Inventive Principle:
Principle #10Preliminary action

Solution Approach 2:

The patent creates automated copies of network data and environments through digital signal collection and virtual floor plan generation, replacing the need for physical manual measurement and configuration processes, thereby reducing planning time while maintaining coverage optimization reliability

Inventive Principle:
Principle #26Copying

3Reliability

If specialized expertise is required for network optimization, then optimization accuracy is maintained, but accessibility and ease of deployment are reduced

Engineering Contradiction:
Improveoptimization accuracyVSAvoiddeployment simplicity
Core Design Contradiction:
ReliabilityVSEase of operation

Solution Approach 1:

The system enables self-service deployment by automatically collecting signal data, generating floor plans, and optimizing network parameters without requiring specialized expertise or manual configuration, making the process accessible to users without technical expertise while maintaining optimization accuracy

Inventive Principle:
Principle #25Self-service

Solution Approach 2:

The patent introduces automated intermediary processes (machine learning models, automatic data processing systems) that mediate between raw signal data and optimization decisions, eliminating the need for specialized expertise while maintaining accurate optimization results

Inventive Principle:
Principle #24Intermediary (Mediator)

4Productivity

If automated machine learning models are used, then efficiency and accessibility are improved, but model training complexity and data requirements increase

Engineering Contradiction:
Improveoptimization efficiencyVSAvoidmodel training complexity
Core Design Contradiction:
ProductivityVSDevice complexity

Solution Approach 1:

The system performs preliminary automated data collection and processing before optimization begins, automatically gathering signal strength data from multiple access points and generating floor plans in advance, which eliminates time-consuming manual measurement and configuration processes

Inventive Principle:
Principle #10Preliminary action

Solution Approach 2:

The patent creates automated copies of network data and environments through digital signal collection and virtual floor plan generation, replacing the need for physical manual measurement and configuration processes, thereby reducing planning time while maintaining coverage optimization reliability

Inventive Principle:
Principle #26Copying

Data Source

PatentUS20250113234A1Inter-technology and inter-frequency machine learning-propagation systems and methods
Publication Date: 2025.04.03 EKAHAU OY
  • US20250113234A1 patent drawing
  • US20250113234A1 patent drawing
  • US20250113234A1 patent drawing

AI summary

The devices, systems, and methods described herein are directed to using data associated with a wireless network operational area to train a machine learning model, where the data includes one or more signal characteristic measurement values.

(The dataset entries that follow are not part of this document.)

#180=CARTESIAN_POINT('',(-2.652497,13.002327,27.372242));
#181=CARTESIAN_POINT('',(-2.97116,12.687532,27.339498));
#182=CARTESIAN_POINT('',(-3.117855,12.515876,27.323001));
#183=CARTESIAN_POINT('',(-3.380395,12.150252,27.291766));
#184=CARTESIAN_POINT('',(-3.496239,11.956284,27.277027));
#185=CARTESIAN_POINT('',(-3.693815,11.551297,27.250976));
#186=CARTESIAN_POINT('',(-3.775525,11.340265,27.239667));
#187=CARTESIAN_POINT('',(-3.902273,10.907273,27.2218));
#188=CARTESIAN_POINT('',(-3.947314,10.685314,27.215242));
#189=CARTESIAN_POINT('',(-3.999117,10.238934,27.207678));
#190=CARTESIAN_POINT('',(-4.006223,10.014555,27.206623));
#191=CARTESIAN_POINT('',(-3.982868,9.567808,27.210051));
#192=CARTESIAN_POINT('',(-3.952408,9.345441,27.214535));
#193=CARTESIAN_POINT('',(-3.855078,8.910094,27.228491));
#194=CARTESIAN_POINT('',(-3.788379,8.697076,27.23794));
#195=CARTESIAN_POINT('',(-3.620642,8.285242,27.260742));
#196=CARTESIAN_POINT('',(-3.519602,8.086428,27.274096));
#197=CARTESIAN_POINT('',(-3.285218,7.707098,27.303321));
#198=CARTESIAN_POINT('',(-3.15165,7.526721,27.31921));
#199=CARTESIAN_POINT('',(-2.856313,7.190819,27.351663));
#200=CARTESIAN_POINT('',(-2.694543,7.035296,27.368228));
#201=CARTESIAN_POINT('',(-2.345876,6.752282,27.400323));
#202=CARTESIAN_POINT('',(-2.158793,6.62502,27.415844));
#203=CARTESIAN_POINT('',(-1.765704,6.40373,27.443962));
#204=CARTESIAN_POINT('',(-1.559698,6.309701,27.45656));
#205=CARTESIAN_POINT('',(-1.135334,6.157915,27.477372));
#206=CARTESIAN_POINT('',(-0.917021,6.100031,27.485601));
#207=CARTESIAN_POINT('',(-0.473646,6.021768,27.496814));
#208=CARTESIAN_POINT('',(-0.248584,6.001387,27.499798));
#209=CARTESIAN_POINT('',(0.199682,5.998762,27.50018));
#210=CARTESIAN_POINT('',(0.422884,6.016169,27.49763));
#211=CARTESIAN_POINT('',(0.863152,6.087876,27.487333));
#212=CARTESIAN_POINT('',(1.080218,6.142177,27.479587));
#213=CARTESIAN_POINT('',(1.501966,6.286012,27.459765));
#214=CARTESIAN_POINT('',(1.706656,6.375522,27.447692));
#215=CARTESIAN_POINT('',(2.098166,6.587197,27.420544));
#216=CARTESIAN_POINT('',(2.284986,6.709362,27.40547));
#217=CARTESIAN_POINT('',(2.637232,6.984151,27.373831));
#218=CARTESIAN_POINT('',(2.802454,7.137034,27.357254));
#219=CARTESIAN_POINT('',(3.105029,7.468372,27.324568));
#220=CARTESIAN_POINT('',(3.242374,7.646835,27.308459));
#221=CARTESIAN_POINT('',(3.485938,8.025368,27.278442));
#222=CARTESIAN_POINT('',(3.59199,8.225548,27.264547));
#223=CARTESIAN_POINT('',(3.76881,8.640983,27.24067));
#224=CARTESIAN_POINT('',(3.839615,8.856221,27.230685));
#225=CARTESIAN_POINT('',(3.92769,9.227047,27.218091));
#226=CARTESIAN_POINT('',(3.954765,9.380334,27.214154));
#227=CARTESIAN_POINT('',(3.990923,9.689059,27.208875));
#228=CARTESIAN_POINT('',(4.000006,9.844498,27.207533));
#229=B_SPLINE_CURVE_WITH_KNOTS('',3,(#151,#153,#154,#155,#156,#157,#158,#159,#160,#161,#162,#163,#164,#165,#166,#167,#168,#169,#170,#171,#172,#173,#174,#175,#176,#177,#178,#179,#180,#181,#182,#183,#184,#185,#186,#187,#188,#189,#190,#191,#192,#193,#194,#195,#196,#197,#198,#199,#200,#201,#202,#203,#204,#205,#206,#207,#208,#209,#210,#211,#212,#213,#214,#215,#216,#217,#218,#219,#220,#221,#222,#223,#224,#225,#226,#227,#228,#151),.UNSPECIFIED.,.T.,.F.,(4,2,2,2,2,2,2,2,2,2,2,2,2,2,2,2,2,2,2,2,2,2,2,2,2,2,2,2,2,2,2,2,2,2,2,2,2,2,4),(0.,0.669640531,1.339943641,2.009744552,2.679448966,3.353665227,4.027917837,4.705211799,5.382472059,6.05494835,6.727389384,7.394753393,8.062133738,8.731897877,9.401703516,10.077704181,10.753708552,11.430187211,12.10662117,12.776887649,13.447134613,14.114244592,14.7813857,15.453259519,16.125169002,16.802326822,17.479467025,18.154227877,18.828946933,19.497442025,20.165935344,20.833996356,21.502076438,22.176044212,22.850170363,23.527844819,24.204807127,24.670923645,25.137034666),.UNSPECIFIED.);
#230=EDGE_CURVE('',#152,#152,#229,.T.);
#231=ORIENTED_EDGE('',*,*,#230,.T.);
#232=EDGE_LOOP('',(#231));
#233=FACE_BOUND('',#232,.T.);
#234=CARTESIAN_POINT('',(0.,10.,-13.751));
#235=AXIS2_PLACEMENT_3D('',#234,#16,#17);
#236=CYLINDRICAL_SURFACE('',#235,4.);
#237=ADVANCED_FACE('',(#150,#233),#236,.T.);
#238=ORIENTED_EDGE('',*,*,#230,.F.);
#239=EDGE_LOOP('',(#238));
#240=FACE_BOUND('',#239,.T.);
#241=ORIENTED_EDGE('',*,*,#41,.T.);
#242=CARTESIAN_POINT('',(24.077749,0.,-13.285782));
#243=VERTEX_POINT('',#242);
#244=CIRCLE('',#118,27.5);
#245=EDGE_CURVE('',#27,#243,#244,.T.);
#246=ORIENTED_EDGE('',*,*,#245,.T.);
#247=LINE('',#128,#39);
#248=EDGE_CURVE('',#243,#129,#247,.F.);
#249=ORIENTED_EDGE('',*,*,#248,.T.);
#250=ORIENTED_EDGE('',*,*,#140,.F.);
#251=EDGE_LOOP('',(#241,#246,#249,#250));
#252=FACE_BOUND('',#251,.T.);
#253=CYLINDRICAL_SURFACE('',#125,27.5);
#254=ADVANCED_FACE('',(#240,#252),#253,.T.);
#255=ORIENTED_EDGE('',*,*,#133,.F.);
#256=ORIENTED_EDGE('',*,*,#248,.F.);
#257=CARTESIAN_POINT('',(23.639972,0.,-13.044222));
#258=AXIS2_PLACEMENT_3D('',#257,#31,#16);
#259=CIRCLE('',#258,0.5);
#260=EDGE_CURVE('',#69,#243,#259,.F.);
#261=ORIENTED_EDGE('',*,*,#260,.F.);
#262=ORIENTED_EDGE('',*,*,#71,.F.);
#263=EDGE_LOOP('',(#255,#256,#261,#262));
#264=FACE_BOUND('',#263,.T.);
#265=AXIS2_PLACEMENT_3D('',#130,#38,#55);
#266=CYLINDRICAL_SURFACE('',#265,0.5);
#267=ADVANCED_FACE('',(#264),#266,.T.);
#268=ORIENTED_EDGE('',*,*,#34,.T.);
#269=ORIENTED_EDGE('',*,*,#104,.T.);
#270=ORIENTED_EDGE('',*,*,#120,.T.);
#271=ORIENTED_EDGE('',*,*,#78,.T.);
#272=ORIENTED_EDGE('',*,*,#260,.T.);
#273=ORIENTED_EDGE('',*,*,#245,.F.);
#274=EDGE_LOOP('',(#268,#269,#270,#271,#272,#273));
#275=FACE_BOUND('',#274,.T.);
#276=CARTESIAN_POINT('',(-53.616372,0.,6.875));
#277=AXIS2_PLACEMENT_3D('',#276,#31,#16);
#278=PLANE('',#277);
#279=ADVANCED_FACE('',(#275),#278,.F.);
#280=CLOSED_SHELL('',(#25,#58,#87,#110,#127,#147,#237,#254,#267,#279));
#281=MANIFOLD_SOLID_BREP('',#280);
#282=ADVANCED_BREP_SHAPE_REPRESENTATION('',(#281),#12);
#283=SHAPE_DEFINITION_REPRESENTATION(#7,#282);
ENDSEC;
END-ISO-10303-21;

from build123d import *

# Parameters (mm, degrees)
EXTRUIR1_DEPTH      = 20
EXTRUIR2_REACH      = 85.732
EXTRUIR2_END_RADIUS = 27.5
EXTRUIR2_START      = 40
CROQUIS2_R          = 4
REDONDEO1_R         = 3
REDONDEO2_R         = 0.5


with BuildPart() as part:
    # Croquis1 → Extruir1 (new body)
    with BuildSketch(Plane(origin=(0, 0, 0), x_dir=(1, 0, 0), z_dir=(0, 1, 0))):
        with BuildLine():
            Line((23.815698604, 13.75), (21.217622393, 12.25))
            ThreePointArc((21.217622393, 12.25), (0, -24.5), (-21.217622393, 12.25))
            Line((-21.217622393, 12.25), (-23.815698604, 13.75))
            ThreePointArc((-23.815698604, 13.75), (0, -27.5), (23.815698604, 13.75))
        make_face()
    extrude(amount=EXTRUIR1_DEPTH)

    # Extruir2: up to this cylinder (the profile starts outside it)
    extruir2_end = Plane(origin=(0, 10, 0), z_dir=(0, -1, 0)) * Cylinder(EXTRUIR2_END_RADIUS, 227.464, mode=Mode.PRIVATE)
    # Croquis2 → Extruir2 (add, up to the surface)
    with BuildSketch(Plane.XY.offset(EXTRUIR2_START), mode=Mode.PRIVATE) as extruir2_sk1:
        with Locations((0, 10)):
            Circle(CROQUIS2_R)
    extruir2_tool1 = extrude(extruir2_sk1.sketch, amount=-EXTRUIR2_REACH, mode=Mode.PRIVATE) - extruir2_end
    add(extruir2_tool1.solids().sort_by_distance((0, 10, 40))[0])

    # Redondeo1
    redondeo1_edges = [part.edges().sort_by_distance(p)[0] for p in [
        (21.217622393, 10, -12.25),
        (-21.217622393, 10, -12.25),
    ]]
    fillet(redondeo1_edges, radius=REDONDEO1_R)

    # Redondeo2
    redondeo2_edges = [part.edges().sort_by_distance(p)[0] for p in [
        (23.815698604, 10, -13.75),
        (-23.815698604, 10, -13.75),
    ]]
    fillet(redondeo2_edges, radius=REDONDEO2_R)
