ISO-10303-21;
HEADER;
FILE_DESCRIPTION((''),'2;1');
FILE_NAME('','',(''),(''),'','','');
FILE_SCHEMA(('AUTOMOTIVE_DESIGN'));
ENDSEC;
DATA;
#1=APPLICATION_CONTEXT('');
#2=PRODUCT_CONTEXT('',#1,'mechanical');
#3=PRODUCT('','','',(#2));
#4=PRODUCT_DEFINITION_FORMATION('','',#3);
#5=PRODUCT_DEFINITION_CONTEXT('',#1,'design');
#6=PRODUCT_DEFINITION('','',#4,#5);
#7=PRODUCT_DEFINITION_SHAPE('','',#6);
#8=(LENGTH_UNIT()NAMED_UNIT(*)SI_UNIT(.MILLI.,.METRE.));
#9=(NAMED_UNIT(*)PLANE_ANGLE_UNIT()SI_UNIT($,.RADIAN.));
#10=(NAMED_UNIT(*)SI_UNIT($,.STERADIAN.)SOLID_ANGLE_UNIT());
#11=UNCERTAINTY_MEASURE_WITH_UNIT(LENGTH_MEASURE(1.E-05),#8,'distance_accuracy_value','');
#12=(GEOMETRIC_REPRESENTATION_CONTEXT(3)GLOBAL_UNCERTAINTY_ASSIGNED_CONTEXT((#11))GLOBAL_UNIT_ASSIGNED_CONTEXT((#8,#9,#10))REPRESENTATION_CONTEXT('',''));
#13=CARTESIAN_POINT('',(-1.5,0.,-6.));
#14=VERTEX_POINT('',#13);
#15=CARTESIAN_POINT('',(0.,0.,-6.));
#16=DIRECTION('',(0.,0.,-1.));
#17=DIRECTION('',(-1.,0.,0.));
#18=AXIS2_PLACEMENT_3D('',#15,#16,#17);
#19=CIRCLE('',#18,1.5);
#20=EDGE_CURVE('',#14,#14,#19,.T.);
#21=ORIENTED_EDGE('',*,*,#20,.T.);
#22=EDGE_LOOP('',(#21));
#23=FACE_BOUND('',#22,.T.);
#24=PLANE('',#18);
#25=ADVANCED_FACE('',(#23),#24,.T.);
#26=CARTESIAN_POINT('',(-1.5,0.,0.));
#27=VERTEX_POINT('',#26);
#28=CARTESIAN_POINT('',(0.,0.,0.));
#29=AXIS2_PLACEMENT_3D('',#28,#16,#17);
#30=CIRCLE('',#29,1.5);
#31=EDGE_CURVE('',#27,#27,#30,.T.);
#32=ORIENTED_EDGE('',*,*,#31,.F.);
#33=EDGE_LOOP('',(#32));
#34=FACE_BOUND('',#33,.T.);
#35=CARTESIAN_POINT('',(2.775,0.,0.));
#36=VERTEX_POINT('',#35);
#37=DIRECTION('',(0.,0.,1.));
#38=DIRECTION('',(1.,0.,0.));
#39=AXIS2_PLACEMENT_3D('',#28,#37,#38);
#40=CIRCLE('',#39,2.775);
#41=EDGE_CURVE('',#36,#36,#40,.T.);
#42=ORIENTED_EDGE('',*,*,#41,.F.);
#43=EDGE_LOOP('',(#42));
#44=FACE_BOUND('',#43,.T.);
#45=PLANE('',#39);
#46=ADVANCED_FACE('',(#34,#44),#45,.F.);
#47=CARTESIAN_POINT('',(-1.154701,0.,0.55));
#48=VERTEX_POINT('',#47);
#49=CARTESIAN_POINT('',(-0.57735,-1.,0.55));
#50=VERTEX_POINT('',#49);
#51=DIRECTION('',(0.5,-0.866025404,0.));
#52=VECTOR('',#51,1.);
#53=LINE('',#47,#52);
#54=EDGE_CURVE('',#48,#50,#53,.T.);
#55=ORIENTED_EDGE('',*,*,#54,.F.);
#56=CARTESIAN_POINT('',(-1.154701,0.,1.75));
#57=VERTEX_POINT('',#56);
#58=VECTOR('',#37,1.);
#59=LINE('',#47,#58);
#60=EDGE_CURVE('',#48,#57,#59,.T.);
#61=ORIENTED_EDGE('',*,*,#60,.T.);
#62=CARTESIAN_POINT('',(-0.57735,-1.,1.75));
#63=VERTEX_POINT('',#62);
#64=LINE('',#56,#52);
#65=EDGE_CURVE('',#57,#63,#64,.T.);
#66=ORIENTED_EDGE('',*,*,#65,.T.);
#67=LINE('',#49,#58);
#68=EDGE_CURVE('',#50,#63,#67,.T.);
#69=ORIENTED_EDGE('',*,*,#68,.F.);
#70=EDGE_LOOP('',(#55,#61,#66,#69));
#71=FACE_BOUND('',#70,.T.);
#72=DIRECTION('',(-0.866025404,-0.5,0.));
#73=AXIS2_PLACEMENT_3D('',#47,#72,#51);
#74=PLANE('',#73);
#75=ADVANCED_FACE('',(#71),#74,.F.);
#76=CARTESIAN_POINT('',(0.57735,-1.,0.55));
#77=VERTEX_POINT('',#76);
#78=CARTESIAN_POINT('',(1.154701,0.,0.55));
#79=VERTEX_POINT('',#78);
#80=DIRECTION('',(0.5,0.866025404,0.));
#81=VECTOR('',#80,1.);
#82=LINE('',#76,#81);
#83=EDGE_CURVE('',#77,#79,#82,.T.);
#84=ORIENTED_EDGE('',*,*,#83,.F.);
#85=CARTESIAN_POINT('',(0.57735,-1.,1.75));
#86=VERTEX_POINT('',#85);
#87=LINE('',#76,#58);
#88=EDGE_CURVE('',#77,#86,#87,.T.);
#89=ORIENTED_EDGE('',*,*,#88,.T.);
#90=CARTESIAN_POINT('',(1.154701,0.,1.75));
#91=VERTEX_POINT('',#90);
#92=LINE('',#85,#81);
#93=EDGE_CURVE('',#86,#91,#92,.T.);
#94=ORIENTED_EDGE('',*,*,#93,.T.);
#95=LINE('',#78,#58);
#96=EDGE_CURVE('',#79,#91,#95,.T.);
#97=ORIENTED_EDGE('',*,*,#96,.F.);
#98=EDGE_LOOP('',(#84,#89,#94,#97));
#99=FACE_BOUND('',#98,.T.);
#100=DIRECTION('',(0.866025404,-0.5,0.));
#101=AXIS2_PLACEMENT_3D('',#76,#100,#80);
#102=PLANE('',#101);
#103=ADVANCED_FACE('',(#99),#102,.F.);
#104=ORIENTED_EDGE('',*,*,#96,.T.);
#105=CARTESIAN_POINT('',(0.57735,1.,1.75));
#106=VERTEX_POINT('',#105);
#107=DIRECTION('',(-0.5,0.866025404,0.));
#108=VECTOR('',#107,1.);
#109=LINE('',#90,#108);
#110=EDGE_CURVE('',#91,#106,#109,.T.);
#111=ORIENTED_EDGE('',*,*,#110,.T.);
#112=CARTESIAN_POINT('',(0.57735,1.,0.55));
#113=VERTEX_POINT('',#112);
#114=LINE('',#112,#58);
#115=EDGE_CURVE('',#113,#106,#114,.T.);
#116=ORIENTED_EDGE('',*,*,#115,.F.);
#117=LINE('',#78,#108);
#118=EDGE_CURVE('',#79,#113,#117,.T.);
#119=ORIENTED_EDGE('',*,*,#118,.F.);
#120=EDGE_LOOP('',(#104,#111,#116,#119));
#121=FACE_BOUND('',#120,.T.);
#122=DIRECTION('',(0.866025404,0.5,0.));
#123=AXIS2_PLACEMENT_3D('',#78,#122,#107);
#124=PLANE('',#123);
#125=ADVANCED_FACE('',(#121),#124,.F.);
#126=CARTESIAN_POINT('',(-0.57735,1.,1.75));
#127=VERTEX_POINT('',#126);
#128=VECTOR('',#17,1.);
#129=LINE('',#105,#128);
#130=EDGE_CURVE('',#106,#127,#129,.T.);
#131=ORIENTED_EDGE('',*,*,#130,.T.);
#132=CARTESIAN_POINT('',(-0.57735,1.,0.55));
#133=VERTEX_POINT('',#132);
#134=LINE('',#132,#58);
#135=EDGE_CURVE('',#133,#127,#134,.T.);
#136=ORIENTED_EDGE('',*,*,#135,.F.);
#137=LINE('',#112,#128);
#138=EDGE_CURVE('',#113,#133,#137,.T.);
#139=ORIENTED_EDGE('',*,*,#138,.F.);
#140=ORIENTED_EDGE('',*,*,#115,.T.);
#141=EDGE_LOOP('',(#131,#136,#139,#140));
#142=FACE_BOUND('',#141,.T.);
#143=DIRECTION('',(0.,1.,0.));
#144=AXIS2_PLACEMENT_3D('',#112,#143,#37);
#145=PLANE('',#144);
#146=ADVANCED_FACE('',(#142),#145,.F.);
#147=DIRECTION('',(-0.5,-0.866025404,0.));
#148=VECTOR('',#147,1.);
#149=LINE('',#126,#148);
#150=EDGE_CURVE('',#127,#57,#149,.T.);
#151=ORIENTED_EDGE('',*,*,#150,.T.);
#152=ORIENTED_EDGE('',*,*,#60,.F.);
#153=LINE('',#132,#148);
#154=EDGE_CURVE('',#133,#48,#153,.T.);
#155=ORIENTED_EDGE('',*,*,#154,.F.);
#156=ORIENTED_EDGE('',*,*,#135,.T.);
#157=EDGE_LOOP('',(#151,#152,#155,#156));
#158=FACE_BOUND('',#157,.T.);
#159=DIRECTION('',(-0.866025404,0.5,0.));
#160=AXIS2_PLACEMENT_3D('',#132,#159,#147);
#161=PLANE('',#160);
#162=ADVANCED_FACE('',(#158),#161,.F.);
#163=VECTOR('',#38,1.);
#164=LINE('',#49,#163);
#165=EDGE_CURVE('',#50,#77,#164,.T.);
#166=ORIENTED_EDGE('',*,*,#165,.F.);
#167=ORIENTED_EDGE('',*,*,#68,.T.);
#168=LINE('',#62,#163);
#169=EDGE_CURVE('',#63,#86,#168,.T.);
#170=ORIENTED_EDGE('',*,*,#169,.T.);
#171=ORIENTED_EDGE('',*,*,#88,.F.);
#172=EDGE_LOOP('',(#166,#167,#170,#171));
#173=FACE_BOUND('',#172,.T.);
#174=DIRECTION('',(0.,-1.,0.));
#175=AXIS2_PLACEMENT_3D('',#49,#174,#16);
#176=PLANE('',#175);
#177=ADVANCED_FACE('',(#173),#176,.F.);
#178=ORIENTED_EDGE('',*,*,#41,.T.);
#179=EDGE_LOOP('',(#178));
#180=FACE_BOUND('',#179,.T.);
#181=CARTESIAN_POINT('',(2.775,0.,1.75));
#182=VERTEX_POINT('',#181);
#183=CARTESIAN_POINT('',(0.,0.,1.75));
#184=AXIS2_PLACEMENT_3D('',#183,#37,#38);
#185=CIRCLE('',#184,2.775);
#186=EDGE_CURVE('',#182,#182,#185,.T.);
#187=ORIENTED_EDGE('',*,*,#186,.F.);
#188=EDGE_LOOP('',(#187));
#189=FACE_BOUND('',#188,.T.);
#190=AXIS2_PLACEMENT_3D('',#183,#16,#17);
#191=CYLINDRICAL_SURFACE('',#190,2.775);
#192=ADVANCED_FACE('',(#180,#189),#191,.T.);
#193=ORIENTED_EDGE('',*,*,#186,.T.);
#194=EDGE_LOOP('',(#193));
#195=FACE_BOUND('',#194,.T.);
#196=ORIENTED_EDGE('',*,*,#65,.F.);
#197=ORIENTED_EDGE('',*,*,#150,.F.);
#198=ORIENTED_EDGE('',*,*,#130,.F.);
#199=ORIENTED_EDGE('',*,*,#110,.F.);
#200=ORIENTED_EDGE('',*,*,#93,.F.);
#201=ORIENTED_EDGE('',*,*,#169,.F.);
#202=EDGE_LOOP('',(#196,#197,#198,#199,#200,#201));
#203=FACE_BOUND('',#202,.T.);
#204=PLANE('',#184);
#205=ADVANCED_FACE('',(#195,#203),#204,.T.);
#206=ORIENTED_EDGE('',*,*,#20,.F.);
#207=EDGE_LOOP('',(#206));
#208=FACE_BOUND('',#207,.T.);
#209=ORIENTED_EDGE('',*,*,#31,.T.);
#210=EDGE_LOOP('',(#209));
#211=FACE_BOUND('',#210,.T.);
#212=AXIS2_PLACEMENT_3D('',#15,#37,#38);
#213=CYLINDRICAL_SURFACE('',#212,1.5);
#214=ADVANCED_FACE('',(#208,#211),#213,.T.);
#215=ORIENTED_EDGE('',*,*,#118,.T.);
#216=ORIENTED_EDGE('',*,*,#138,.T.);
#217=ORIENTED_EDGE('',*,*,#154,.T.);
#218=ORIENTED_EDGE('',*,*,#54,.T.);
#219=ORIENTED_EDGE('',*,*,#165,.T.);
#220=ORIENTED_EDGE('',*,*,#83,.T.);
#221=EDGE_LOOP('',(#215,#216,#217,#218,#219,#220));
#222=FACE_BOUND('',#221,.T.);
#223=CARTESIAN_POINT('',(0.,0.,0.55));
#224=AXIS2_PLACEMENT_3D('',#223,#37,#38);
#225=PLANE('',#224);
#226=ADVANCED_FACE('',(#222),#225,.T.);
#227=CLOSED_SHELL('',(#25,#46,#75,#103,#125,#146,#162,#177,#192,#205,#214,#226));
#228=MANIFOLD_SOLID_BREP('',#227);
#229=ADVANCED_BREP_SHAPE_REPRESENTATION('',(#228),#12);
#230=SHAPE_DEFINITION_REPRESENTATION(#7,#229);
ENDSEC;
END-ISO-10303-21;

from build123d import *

# Parameters (mm, degrees)
SKETCH1_R           = 2.775
BOSS_EXTRUDE1_DEPTH = 1.75
SKETCH2_R           = 1.5
BOSS_EXTRUDE2_DEPTH = 6
CUT_EXTRUDE1_DEPTH  = 1.2


with BuildPart() as part:
    # Sketch1 → Boss-Extrude1 (new body)
    with BuildSketch(Plane.XY):
        Circle(SKETCH1_R)
    extrude(amount=BOSS_EXTRUDE1_DEPTH)

    # Sketch2 → Boss-Extrude2 (add)
    with BuildSketch(Plane(origin=(0, 0, 0), x_dir=(-1, 0, 0), z_dir=(0, 0, -1))):
        Circle(SKETCH2_R)
    extrude(amount=BOSS_EXTRUDE2_DEPTH)

    # Sketch3 → Cut-Extrude1 (cut)
    with BuildSketch(Plane.XY.offset(1.75)):
        Polygon((1.154700538, 0), (0.577350269, 1), (-0.577350269, 1), (-1.154700538, 0), (-0.577350269, -1), (0.577350269, -1), align=None)
    extrude(amount=-CUT_EXTRUDE1_DEPTH, mode=Mode.SUBTRACT)


solid = part.part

The trained machine learning model is used to build a signal propagation model for the wireless network operational area. In some examples, the machine learning model is trained based on signals transmitted in accordance with a first radio access technology (RAT), and the signal propagation model is built for signals transmitted in accordance with a second RAT using the trained machine learning model. In further examples, the machine learning model is trained based on signals transmitted within a first set of frequency bands, and the signal propagation model is built for signals to be transmitted over a second set of frequency bands using the trained machine learning model.